COVID-19 is also having a devastating effect on the world economy. Economists are still measuring this, in terms of lost production, economic “scarring”—particularly on employment—and a burgeoning and re-legitimized protectionism as global supply chains have failed on distributing both PPE and vaccines. For example, America’s workforce is 8.5 million people smaller than 12 months ago. These are just a few examples of the economic impacts of job loss. In 2020, global foreign direct investments also declined 35 percent. Although around two thirds of this loss were recovered by 2021, recovery has been uneven. Many economies across the globe are facing the same challenging picture.

COVID-19, which has also accelerated pre-existing strategic dynamic between China and America, has made the relationship more difficult than it was before. COVID-19 was a chance for global leadership and bilateral cooperation. Both the governments fell apart. Instead, Beijing went into political hyper-drive to try and prevent being blamed for the original outbreak in Wuhan so as to protect the party’s political legitimacy at home and abroad. As for Trump’s interest in dealing effectively with the pandemic, either at home or abroad: the less said the better. However, the failure to coordinate bilateral public health efforts in the middle of a real global crisis was not only tragic but it could have been avoided. The global community worked together in the G20, under the direction of Barack Obama and George W. Bush, thirteen years ago when the financial crisis hit. This approach was successful in large part. It’s a shame that we have abandoned both the political spirit as well as the vital public policy machinery, which was used so efficiently just over 10 years ago.

The last aspect of the crisis facing us is the question: What kind of world emerged from the public, health and economic ashes of COVID-19? China has taken a tough stance against COVID-19 and implemented a zero tolerance policy. China is the UN’s 193 member country with a total strategy for virus suppression and elimination.
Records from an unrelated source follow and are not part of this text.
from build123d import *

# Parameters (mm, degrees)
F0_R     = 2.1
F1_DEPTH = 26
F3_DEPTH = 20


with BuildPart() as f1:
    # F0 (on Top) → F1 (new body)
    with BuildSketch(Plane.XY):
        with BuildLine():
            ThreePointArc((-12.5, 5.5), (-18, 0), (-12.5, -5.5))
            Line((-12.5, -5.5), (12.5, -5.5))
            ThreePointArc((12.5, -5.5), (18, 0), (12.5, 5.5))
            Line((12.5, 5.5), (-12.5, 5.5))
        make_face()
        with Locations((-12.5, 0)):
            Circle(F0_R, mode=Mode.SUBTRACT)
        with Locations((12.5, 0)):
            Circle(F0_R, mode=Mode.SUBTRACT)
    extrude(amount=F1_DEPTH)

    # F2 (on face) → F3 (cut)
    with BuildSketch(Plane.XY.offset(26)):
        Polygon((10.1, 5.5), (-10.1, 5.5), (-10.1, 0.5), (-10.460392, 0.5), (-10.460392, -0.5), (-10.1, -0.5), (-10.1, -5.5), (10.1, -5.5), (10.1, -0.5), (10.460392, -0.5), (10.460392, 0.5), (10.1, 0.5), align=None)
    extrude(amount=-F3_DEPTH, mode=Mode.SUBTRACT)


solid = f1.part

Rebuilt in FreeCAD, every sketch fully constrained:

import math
import FreeCAD as App
import Part
import Sketcher


def add_polygon(sketch, points):
    """Adds a closed chain of lines whose ends are joined by coincident constraints."""
    first, n = sketch.GeometryCount, len(points)
    for a, b in zip(points, points[1:] + points[:1]):
        sketch.addGeometry(Part.LineSegment(App.Vector(*a, 0), App.Vector(*b, 0)), False)
    for i in range(n):
        sketch.addConstraint(Sketcher.Constraint("Coincident", first + i, 2, first + (i + 1) % n, 1))

doc = App.newDocument("Part")
body = doc.addObject("PartDesign::Body", "Body")

sketch1 = body.newObject("Sketcher::SketchObject", "Sketch")
sketch1.AttachmentSupport = (doc.getObject("XY_Plane"), [""])
sketch1.MapMode = "FlatFace"
sketch1.addGeometry(Part.ArcOfCircle(Part.Circle(App.Vector(-12.5, 0, 0), App.Vector(0, 0, 1), 5.5), math.radians(90), math.radians(270)), False)
sketch1.addGeometry(Part.LineSegment(App.Vector(-12.5, -5.5, 0), App.Vector(12.5, -5.5, 0)), False)
sketch1.addGeometry(Part.ArcOfCircle(Part.Circle(App.Vector(12.5, 0, 0), App.Vector(0, 0, 1), 5.5), math.radians(-90), math.radians(90)), False)
sketch1.addGeometry(Part.LineSegment(App.Vector(12.5, 5.5, 0), App.Vector(-12.5, 5.5, 0)), False)
sketch1.addGeometry(Part.Circle(App.Vector(-12.5, 0, 0), App.Vector(0, 0, 1), 2.1), False)
sketch1.addGeometry(Part.Circle(App.Vector(12.5, 0, 0), App.Vector(0, 0, 1), 2.1), False)
sketch1.addConstraint(Sketcher.Constraint("Tangent", 0, 2, 1, 1))
sketch1.addConstraint(Sketcher.Constraint("Tangent", 1, 2, 2, 1))
sketch1.addConstraint(Sketcher.Constraint("Tangent", 2, 2, 3, 1))
sketch1.addConstraint(Sketcher.Constraint("Tangent", 3, 2, 0, 1))
sketch1.addConstraint(Sketcher.Constraint("Horizontal", 1))
sketch1.addConstraint(Sketcher.Constraint("Horizontal", 3))
sketch1.addConstraint(Sketcher.Constraint("Coincident", 4, 3, 0, 3))
sketch1.addConstraint(Sketcher.Constraint("Coincident", 5, 3, 2, 3))
sketch1.addConstraint(Sketcher.Constraint("Equal", 4, 5))
sketch1.addConstraint(Sketcher.Constraint("Symmetric", 0, 3, 2, 3, -1, 1))
sketch1.addConstraint(Sketcher.Constraint("Diameter", 4, 4.2))
sketch1.addConstraint(Sketcher.Constraint("Radius", 0, 5.5))
sketch1.addConstraint(Sketcher.Constraint("DistanceX", 1, 1, 1, 2, 25.0))
pad1 = body.newObject("PartDesign::Pad", "Pad")
pad1.Profile = sketch1
pad1.Length = 26

sketch2 = body.newObject("Sketcher::SketchObject", "Sketch001")
sketch2.AttachmentSupport = (doc.getObject("XY_Plane"), [""])
sketch2.MapMode = "FlatFace"
sketch2.AttachmentOffset = App.Placement(App.Vector(0, 0, 26), App.Rotation())
add_polygon(sketch2, [(10.1, 5.5), (-10.1, 5.5), (-10.1, 0.5), (-10.46, 0.5), (-10.46, -0.5), (-10.1, -0.5), (-10.1, -5.5), (10.1, -5.5), (10.1, -0.5), (10.46, -0.5), (10.46, 0.5), (10.1, 0.5)])
sketch2.addConstraint(Sketcher.Constraint("Horizontal", 0))
sketch2.addConstraint(Sketcher.Constraint("Vertical", 1))
sketch2.addConstraint(Sketcher.Constraint("Horizontal", 2))
sketch2.addConstraint(Sketcher.Constraint("Vertical", 3))
sketch2.addConstraint(Sketcher.Constraint("Horizontal", 4))
sketch2.addConstraint(Sketcher.Constraint("Vertical", 5))
sketch2.addConstraint(Sketcher.Constraint("Horizontal", 6))
sketch2.addConstraint(Sketcher.Constraint("Vertical", 7))
sketch2.addConstraint(Sketcher.Constraint("Horizontal", 8))
sketch2.addConstraint(Sketcher.Constraint("Vertical", 9))
sketch2.addConstraint(Sketcher.Constraint("Horizontal", 10))
sketch2.addConstraint(Sketcher.Constraint("Vertical", 11))
sketch2.addConstraint(Sketcher.Constraint("Symmetric", 0, 2, 6, 2, -1, 1))
sketch2.addConstraint(Sketcher.Constraint("Symmetric", 2, 2, 8, 2, -1, 1))
sketch2.addConstraint(Sketcher.Constraint("Symmetric", 4, 2, 10, 2, -1, 1))
sketch2.addConstraint(Sketcher.Constraint("Symmetric", 4, 2, 7, 2, -2))
sketch2.addConstraint(Sketcher.Constraint("DistanceY", 1, 2, 1, 1, 5.0))
sketch2.addConstraint(Sketcher.Constraint("DistanceY", 3, 2, 3, 1, 1.0))
sketch2.addConstraint(Sketcher.Constraint("DistanceX", 0, 2, 0, 1, 20.2))
sketch2.addConstraint(Sketcher.Constraint("DistanceX", 2, 2, 2, 1, 0.360392))
pocket1 = body.newObject("PartDesign::Pocket", "Pocket")
pocket1.Profile = sketch2
pocket1.Length = 20

doc.recompute()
While there was some debate within Beijing over whether it is still a realistic, cost-effective strategy in the face of the rise of new viruses, the Chinese leadership has so far resisted any attempt to change their policy. The outcome of this will affect how the rest world engages with China. The future of travel, diplomacy and business is all at stake here. It is also a question of hardening mindsets, as China cuts itself off from the rest of the world and runs a risk of becoming a second “hermit kingdom” similar to North Korea. We do not know yet the full consequences of China’s self-isolation on how Beijing now views the world, and how the rest of the world views Beijing. But it’s certainly not going to help.

Isolation will also serve to underscore the radical differences between the two countries’ competing political ideologies and systems. While the Communist Party claims that virus suppression is evidence of the superiority and effectiveness of its system in 2021, it ignores its failures to contain the virus at its source in 2020 when there was still time. This happened because the local officials were afraid of being retaliated from the top. However, freedom-loving West is generally fumbling in their efforts to suppress one variant after the other. Gordon Brown reminded us recently that neither China nor West seems to be able to grasp the fundamental fact that all mutations are possible. We must also inoculate and contain COVID-19 both in the developed and developing worlds.

Therefore, the repercussions of COVID-19 on global politics and the economy are very real. As we witness the return of the state and rising appeal of nationalalism, as well as the discrediting global institutions, this is causing the largest setbacks in global poverty reduction for decades. This has resulted in the U.S. and China relations being at their lowest level for half a century.

Today, it is a decade in which we live dangerously. China and America should therefore learn from their past mistakes and create new diplomatic structures to better manage their strategic rivalry, allow effective dialogue and facilitate collaboration in handling future viral mutations.